What you should do: As the lines appear below, please set them down exactly, starting at the first and finishing with the one containing "#418=EDGE_CURVE('',#192,#319,#417,.T.);".

Saved data entries:
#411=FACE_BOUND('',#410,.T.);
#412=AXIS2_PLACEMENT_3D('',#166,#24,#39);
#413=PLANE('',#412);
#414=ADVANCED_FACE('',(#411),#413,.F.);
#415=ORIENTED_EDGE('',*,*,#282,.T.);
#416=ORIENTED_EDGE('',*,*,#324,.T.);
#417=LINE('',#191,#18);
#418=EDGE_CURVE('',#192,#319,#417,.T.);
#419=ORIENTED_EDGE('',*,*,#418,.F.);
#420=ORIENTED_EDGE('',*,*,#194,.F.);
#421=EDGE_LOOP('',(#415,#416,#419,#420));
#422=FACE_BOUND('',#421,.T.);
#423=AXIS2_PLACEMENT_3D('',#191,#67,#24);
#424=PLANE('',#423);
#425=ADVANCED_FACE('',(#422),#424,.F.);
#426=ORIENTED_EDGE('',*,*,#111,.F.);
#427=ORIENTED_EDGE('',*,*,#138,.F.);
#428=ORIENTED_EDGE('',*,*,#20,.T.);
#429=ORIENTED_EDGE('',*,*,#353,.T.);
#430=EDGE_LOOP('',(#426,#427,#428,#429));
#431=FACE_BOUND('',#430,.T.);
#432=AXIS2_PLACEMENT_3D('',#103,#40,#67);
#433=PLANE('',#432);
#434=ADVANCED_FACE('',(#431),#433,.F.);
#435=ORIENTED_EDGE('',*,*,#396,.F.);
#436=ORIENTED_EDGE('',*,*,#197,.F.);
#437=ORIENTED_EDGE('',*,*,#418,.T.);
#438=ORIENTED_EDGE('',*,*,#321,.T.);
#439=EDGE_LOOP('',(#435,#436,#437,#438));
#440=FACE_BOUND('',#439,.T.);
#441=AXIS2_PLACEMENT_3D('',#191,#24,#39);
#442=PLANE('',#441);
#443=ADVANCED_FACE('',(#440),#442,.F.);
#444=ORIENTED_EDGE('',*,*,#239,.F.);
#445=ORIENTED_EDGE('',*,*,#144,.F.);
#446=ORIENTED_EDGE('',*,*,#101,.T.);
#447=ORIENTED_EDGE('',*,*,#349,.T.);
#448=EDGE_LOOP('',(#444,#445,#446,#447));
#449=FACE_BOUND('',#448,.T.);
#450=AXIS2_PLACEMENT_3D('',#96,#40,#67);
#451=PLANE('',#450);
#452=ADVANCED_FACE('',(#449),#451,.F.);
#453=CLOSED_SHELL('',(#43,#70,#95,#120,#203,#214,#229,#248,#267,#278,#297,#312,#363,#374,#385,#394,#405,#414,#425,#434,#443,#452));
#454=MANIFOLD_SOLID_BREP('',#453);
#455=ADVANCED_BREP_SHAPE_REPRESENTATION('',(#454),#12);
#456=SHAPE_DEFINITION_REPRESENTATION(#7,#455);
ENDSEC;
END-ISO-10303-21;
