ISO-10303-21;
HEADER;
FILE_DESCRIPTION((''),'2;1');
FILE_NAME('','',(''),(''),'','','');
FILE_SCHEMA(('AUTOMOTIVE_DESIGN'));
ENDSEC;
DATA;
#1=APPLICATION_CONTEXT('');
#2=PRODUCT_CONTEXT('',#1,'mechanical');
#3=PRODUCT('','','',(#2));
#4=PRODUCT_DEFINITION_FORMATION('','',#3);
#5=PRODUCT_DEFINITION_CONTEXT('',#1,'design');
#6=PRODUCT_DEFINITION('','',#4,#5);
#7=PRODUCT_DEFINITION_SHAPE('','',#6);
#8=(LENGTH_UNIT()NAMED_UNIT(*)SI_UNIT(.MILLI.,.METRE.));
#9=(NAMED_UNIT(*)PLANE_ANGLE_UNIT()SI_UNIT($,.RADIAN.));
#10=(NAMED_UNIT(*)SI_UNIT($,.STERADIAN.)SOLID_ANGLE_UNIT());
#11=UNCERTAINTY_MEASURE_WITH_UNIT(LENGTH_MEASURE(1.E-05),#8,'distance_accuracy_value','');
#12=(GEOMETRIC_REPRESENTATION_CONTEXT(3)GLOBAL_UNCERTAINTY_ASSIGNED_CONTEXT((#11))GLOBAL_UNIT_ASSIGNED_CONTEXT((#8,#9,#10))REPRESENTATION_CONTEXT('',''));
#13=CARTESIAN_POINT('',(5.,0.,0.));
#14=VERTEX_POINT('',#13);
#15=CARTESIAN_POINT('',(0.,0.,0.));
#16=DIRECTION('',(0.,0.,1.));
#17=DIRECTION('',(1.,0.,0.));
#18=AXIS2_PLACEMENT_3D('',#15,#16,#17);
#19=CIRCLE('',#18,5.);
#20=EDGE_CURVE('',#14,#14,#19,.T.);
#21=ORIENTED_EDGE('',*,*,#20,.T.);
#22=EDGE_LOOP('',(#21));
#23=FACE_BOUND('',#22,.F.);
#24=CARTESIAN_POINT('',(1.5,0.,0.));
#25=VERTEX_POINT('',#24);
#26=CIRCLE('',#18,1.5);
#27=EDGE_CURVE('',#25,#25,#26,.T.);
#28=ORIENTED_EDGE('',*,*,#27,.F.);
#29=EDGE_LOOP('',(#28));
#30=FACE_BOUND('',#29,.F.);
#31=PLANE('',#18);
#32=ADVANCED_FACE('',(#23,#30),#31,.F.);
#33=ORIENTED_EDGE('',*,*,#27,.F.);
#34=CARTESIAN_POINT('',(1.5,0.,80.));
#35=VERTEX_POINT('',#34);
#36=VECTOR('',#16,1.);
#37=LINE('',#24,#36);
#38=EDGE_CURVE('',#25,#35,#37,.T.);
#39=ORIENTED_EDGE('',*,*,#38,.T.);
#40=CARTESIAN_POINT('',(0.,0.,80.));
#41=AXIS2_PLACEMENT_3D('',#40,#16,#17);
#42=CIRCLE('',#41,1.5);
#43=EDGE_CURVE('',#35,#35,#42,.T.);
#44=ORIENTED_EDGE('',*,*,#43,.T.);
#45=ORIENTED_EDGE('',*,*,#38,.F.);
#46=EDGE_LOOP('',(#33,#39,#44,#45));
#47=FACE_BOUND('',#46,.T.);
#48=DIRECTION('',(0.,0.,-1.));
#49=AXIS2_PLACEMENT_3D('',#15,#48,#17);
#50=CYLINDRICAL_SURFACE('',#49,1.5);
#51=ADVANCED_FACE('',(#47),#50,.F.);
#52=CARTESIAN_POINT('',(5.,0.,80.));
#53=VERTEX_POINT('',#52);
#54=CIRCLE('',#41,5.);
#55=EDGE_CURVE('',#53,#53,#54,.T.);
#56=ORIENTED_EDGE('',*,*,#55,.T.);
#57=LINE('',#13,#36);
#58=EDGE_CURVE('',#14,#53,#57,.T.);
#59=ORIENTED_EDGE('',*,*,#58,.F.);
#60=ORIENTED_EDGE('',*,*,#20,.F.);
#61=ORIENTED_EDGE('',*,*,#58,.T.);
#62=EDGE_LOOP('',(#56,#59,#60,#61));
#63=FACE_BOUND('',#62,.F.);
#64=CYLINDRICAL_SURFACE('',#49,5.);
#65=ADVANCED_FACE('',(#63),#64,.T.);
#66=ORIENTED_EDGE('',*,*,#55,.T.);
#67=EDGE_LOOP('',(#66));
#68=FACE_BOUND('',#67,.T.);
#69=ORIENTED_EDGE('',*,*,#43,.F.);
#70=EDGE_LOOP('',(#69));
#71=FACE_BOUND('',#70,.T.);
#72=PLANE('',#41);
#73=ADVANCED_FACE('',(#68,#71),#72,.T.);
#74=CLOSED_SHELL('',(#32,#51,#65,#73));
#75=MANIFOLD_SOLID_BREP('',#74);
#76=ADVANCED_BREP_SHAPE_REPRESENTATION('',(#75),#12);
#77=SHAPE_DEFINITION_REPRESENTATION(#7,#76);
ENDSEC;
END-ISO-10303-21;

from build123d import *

# Parameters (mm, degrees)
SKETCH_R   = 5
SKETCH_R_2 = 1.5
PAD_DEPTH  = 80


with BuildPart() as part:
    # Sketch → Pad (new body)
    with BuildSketch(Plane.XY):
        Circle(SKETCH_R)
        Circle(SKETCH_R_2, mode=Mode.SUBTRACT)
    extrude(amount=PAD_DEPTH)


solid = part.part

Response to this task:
#411=FACE_BOUND('',#410,.T.);
#412=AXIS2_PLACEMENT_3D('',#166,#24,#39);
#413=PLANE('',#412);
#414=ADVANCED_FACE('',(#411),#413,.F.);
#415=ORIENTED_EDGE('',*,*,#282,.T.);
#416=ORIENTED_EDGE('',*,*,#324,.T.);
#417=LINE('',#191,#18);
#418=EDGE_CURVE('',#192,#319,#417,.T.);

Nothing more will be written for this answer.